For an Envoy-based sidecar to inject SPIFFE-derived identity tokens, it needs access to the Workload API. In a SPIRE-equipped cluster, the Workload API socket is available at a well-known path mounted into every pod (via a HostPath volume or CSI driver). The identity injector service running alongside Envoy opens the Workload API socket and streams SVIDs, rotating them before they expire.

The sequence for an outbound HTTP request with SPIFFE-based JWT injection:

  1. Application makes HTTP request to downstream API.
  2. Outbound iptables redirect sends the TCP connection to Envoy port 15001.
  3. Envoy's ext_authz filter sends the request attributes (destination host, path, headers) to the identity injector.
  4. Identity injector looks up the current JWT-SVID for the target audience. If cached and not near expiry, returns it immediately. If expired or near expiry, fetches a fresh one from the Workload API.
  5. Identity injector returns an authorization decision to Envoy with Authorization: Bearer <jwt-svid> as an injected header.
  6. Envoy adds the header and forwards the request to the destination.
  7. Destination validates the JWT-SVID signature, checks expiry, checks audience, extracts the SPIFFE ID from the sub claim, and makes an authorization decision.

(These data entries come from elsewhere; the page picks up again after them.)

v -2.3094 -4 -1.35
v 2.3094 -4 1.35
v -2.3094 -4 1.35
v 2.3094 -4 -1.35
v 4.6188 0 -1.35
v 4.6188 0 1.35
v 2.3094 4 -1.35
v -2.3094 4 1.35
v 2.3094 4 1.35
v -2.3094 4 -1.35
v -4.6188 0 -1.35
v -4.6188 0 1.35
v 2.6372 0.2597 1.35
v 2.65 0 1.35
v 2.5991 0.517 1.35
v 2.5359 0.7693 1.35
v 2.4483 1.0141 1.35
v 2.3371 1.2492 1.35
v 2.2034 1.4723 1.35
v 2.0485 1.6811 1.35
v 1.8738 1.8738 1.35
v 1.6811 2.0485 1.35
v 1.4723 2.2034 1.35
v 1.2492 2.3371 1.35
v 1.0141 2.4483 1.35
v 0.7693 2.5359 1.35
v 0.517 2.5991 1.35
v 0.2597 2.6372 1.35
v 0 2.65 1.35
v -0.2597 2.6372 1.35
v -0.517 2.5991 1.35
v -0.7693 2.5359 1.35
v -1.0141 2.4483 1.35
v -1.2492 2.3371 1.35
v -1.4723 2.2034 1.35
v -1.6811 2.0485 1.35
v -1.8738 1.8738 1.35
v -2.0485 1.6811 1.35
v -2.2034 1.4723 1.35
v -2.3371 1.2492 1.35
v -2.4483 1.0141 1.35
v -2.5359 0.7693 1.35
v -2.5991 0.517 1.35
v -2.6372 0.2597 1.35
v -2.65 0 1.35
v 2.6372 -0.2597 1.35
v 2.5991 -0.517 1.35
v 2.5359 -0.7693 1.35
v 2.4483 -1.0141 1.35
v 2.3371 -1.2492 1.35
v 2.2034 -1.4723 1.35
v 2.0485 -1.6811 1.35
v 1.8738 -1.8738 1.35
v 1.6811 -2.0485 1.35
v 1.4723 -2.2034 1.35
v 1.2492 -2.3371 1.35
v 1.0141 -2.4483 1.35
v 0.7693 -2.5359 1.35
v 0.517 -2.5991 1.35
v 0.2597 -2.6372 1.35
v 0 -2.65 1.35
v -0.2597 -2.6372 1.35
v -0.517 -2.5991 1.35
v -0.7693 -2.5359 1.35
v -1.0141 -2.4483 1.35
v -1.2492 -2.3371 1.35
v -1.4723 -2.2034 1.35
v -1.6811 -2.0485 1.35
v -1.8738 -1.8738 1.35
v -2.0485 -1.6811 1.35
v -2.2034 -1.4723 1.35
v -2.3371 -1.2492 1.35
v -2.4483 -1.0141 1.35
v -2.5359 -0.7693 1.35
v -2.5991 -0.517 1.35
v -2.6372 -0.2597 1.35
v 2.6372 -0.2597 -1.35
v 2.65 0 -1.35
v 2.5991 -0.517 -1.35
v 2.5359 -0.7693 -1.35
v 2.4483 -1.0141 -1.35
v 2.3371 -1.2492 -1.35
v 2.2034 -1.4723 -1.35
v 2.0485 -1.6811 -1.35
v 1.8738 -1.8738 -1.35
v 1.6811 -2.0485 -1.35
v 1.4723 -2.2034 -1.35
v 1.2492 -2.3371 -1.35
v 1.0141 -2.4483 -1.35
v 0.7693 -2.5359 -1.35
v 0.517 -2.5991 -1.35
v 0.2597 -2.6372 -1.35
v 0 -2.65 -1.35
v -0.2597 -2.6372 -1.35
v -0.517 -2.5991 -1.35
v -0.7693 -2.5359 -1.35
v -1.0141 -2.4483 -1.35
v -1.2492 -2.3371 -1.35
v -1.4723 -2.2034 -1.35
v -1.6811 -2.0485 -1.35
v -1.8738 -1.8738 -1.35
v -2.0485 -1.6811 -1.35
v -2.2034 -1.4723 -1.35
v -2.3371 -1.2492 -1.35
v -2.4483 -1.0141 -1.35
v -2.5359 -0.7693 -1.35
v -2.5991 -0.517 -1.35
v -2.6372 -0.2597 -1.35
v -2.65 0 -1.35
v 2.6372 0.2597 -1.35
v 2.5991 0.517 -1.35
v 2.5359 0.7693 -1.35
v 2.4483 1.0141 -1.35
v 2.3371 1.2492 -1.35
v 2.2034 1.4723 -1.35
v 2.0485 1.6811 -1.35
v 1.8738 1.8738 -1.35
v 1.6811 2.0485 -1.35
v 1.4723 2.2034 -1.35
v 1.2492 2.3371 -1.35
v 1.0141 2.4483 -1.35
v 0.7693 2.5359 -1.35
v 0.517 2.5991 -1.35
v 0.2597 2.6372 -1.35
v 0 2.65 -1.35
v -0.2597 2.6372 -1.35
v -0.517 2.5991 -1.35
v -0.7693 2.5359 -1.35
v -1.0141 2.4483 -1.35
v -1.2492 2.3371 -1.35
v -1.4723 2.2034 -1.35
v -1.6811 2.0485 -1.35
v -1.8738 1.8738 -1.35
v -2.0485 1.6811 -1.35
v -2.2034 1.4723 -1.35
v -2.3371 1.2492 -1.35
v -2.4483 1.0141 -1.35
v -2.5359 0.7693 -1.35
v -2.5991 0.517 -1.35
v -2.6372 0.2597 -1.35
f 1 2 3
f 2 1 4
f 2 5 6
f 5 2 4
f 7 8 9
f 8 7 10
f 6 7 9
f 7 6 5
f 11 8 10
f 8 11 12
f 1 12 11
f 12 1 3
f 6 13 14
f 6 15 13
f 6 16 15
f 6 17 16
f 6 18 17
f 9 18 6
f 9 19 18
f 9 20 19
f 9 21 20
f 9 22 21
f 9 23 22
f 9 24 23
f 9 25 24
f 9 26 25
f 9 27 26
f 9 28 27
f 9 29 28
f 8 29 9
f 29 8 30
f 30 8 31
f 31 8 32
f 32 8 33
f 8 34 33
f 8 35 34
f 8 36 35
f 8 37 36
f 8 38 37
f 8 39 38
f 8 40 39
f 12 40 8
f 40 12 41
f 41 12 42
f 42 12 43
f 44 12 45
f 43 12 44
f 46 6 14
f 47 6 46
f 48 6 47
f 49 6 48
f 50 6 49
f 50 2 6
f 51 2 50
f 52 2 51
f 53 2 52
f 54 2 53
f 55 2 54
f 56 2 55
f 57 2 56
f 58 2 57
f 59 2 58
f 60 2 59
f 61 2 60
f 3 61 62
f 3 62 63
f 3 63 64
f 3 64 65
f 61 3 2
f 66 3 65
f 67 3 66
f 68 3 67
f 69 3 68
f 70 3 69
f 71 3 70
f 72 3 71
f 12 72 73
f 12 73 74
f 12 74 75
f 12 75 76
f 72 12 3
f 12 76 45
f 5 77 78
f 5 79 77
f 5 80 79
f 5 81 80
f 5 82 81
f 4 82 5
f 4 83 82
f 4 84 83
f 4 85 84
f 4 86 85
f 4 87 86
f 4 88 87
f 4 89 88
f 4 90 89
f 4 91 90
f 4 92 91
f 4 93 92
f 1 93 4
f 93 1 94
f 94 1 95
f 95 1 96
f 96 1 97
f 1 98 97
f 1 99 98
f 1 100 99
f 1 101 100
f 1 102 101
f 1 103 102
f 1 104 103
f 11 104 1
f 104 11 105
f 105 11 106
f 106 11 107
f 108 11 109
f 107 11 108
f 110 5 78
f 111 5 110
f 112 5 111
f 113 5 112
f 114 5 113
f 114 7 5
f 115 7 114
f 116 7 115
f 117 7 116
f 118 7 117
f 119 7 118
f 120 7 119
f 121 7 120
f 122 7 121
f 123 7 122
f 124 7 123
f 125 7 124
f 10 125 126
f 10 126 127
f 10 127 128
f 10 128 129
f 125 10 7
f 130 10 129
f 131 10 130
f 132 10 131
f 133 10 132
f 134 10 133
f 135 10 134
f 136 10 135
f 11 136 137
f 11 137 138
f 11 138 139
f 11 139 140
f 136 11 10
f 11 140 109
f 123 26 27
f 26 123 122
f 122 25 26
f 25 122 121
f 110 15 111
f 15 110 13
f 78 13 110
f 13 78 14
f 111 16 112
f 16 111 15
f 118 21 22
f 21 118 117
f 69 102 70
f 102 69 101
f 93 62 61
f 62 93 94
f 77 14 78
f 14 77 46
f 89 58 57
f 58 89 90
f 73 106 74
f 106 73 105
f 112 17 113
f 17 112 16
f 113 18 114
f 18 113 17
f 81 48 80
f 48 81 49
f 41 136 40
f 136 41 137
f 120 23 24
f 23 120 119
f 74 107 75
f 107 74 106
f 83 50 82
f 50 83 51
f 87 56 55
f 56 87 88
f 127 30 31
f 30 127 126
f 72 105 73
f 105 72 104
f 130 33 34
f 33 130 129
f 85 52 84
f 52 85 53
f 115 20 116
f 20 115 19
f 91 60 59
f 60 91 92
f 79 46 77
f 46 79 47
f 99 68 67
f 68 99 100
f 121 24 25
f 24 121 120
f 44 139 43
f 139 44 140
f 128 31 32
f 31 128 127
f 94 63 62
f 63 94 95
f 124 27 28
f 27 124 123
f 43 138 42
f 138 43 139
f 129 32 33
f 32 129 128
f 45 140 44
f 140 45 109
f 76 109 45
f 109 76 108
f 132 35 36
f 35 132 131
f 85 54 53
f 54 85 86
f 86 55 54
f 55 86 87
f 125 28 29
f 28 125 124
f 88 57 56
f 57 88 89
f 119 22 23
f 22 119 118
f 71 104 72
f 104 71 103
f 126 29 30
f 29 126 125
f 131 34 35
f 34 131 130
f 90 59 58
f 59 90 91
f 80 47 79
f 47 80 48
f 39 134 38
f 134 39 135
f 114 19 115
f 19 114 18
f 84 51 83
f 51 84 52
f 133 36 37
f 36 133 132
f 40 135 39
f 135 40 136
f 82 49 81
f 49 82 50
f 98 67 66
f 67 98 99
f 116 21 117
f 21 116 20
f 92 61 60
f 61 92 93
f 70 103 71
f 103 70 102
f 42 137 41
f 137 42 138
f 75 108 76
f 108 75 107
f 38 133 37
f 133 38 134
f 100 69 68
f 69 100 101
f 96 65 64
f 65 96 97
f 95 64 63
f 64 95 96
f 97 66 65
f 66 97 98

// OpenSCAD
$fn=64;

module hex_prism(af=8.0, h=2.7){
    r = af / sqrt(3);
    cylinder(h=h, r=r, center=true, $fn=6);
}

module clearance_hole(d=5.0, h=2.7){
    cylinder(h=h+0.4, d=d+0.3, center=true, $fn=64);
}

module thin_hex_nut(af=8.0, thickness=2.7, screw_d=5.0){
    difference(){
        hex_prism(af=af, h=thickness);
        clearance_hole(d=screw_d, h=thickness);
    }
}

thin_hex_nut(af=8.0, thickness=2.7, screw_d=5.0);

Round-trip time for the ext_authz call to a local identity injector is typically under 1ms (local socket, no network hop). For cached SVIDs, this is a memory lookup. The latency impact is negligible for most workloads.

What Changes at the Application Layer

With sidecar-based identity injection, the application sends HTTP requests with no authentication header (or with a placeholder that the sidecar replaces). The downstream service receives requests with a valid authentication header that was added by the proxy layer.

This is transparent to the application code — it makes HTTP calls the same way it always did. No SDK changes, no credential loading code, no token renewal logic. The application doesn't know or need to know that its requests are being authenticated by the sidecar.

The tradeoff: the sidecar is a new failure mode. If the sidecar's connection to the Workload API fails, or if the ext_authz call times out, the request behavior depends on your failure_mode_allow setting. With failure_mode_allow: false (default), requests fail closed — the sidecar blocks requests rather than forwarding unauthenticated ones. With failure_mode_allow: true, requests pass through without the authentication header, which may be appropriate for lower-security paths or development environments.

The sidecar pattern is the right approach for Kubernetes workloads where you want workload identity without touching application code. For environments where sidecar injection isn't feasible — serverless, non-Kubernetes, highly latency-sensitive workloads where the ext_authz hop matters — the SDK integration path is more appropriate. Both approaches achieve the same end state: workloads authenticating with ephemeral, attested identity rather than stored secrets.